EXERCISE OBJECTIVE | Start with the first line of the data and end with the line that holds "27.6689065754), (16.82, 27.9406370227))"; write out each one exactly.

+---+

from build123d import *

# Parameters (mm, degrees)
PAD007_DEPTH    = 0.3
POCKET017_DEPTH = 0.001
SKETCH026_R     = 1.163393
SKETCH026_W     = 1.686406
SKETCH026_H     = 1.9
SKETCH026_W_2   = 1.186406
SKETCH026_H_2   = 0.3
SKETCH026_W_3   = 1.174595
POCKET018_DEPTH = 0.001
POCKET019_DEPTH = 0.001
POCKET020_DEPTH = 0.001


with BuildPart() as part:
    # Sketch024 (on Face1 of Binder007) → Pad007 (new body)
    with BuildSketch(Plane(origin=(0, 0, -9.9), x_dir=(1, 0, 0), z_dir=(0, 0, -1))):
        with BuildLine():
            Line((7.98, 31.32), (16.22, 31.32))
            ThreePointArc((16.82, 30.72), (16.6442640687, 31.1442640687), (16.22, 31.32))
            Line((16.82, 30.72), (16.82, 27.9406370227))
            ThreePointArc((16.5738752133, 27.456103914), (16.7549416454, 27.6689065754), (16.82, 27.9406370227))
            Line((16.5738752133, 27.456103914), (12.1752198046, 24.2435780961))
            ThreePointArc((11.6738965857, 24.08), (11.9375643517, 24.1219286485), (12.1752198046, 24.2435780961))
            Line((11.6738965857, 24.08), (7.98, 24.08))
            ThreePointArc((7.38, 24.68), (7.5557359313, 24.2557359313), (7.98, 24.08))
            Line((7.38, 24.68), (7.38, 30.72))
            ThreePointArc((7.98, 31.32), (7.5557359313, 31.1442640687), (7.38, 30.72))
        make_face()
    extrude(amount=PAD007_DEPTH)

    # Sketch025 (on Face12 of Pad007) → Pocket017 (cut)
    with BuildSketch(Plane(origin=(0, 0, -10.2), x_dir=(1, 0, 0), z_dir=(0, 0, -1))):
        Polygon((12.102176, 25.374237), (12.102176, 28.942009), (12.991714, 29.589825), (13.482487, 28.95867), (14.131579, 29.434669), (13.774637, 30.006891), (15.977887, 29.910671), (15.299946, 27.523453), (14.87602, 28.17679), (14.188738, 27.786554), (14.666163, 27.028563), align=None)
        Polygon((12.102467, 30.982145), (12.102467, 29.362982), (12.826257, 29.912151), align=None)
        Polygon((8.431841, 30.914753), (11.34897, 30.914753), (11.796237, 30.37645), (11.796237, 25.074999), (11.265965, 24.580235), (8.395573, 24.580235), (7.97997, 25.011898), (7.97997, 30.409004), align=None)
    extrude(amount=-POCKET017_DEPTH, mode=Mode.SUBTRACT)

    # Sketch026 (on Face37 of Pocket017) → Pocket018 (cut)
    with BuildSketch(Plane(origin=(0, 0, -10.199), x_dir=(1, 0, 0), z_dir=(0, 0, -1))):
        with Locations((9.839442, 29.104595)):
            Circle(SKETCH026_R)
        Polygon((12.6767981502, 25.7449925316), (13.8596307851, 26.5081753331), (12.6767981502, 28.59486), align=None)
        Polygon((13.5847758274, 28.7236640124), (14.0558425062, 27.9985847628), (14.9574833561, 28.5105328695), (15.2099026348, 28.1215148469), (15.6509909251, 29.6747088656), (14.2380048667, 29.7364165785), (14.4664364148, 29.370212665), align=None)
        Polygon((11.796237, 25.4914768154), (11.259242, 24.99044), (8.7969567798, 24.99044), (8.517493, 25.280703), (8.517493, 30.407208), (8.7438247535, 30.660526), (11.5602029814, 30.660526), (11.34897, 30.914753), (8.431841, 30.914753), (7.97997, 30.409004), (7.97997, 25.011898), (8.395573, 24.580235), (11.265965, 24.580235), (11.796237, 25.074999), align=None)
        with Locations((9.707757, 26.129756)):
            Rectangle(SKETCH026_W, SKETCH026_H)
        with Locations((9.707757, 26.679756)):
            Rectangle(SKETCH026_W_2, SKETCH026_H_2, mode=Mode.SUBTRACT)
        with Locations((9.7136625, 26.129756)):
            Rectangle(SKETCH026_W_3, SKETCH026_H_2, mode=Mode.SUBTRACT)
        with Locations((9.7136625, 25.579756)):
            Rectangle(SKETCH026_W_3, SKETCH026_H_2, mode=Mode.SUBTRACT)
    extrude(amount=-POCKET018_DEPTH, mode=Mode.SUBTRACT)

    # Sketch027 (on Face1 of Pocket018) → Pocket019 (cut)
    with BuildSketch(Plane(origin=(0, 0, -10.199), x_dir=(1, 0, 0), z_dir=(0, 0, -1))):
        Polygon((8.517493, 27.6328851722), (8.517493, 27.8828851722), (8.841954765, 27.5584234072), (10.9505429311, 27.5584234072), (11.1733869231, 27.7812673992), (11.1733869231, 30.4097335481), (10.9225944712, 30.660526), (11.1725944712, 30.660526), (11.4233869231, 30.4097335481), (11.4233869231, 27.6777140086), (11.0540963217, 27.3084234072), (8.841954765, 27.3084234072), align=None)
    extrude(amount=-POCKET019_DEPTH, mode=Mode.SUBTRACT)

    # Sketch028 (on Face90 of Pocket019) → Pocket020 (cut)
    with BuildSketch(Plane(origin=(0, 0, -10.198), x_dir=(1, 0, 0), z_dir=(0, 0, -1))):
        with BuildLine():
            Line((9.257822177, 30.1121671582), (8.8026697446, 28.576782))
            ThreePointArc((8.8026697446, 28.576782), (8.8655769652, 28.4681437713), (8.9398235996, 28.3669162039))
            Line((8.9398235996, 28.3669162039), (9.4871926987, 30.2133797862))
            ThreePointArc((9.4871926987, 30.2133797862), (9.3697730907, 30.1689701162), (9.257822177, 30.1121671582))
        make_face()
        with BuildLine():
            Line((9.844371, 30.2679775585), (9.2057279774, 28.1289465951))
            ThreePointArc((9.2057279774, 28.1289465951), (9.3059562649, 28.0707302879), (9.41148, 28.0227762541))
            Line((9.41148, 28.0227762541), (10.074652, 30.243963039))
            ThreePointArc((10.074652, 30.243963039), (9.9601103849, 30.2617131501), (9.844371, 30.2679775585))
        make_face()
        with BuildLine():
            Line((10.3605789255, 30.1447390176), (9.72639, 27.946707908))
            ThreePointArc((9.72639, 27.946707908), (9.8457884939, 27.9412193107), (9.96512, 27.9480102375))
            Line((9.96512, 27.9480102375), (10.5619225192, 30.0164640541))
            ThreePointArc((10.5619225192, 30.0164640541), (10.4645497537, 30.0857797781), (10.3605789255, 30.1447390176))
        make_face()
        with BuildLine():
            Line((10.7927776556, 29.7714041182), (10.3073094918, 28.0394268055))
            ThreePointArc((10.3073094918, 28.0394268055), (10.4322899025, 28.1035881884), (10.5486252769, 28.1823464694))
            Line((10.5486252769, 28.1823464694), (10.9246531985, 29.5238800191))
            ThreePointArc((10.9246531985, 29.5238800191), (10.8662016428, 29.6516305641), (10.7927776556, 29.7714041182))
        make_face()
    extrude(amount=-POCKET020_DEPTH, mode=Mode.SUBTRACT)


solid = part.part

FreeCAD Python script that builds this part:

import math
import FreeCAD as App
import Part
import Sketcher
from FreeCAD import Vector
Q = App.Units.Quantity


def add_polygon(sketch, points):
    """Adds a closed chain of lines whose ends are joined by coincident constraints."""
    first, n = sketch.GeometryCount, len(points)
    for a, b in zip(points, points[1:] + points[:1]):
        sketch.addGeometry(Part.LineSegment(App.Vector(*a, 0), App.Vector(*b, 0)), False)
    for i in range(n):
        sketch.addConstraint(Sketcher.Constraint("Coincident", first + i, 2, first + (i + 1) % n, 1))

doc = App.newDocument("Part")
body = doc.addObject("PartDesign::Body", "Body")

# Sketch on XY plane
sketch1 = body.newObject("Sketcher::SketchObject", "Sketch")
sketch1.AttachmentSupport = (doc.getObject("XY_Plane"), [""])
sketch1.MapMode = "FlatFace"
sketch1.AttachmentOffset = App.Placement(Vector(0, 0, -9.9), App.Rotation())
sketch1.addGeometry([
    Part.LineSegment(Vector(16.2, -31.3, 0), Vector(8, -31.3, 0)),  # 0
    Part.ArcOfCircle(Part.Circle(Vector(8, -30.7, 0), Vector(0, 0, 1), 0.6), math.radians(180), math.radians(270)),  # 1
    Part.LineSegment(Vector(7.4, -30.7, 0), Vector(7.4, -24.7, 0)),  # 2
    Part.ArcOfCircle(Part.Circle(Vector(8, -24.7, 0), Vector(0, 0, 1), 0.6), math.radians(90), math.radians(180)),  # 3
    Part.LineSegment(Vector(8, -24.1, 0), Vector(11.7, -24.1, 0)),  # 4
    Part.ArcOfCircle(Part.Circle(Vector(11.7, -24.9, 0), Vector(0, 0, 1), 0.8), math.radians(54), math.radians(90)),  # 5
    Part.LineSegment(Vector(12.2, -24.2, 0), Vector(16.6, -27.5, 0)),  # 6
    Part.ArcOfCircle(Part.Circle(Vector(16.2, -27.9, 0), Vector(0, 0, 1), 0.6), math.radians(0), math.radians(54)),  # 7
    Part.LineSegment(Vector(16.8, -27.9, 0), Vector(16.8, -30.7, 0)),  # 8
    Part.ArcOfCircle(Part.Circle(Vector(16.2, -30.7, 0), Vector(0, 0, 1), 0.6), math.radians(-90), math.radians(0)),  # 9
], False)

+---+

RESULT |
from build123d import *

# Parameters (mm, degrees)
PAD007_DEPTH    = 0.3
POCKET017_DEPTH = 0.001
SKETCH026_R     = 1.163393
SKETCH026_W     = 1.686406
SKETCH026_H     = 1.9
SKETCH026_W_2   = 1.186406
SKETCH026_H_2   = 0.3
SKETCH026_W_3   = 1.174595
POCKET018_DEPTH = 0.001
POCKET019_DEPTH = 0.001
POCKET020_DEPTH = 0.001


with BuildPart() as part:
    # Sketch024 (on Face1 of Binder007) → Pad007 (new body)
    with BuildSketch(Plane(origin=(0, 0, -9.9), x_dir=(1, 0, 0), z_dir=(0, 0, -1))):
        with BuildLine():
            Line((7.98, 31.32), (16.22, 31.32))
            ThreePointArc((16.82, 30.72), (16.6442640687, 31.1442640687), (16.22, 31.32))
            Line((16.82, 30.72), (16.82, 27.9406370227))
            ThreePointArc((16.5738752133, 27.456103914), (16.7549416454, 27.6689065754), (16.82, 27.9406370227))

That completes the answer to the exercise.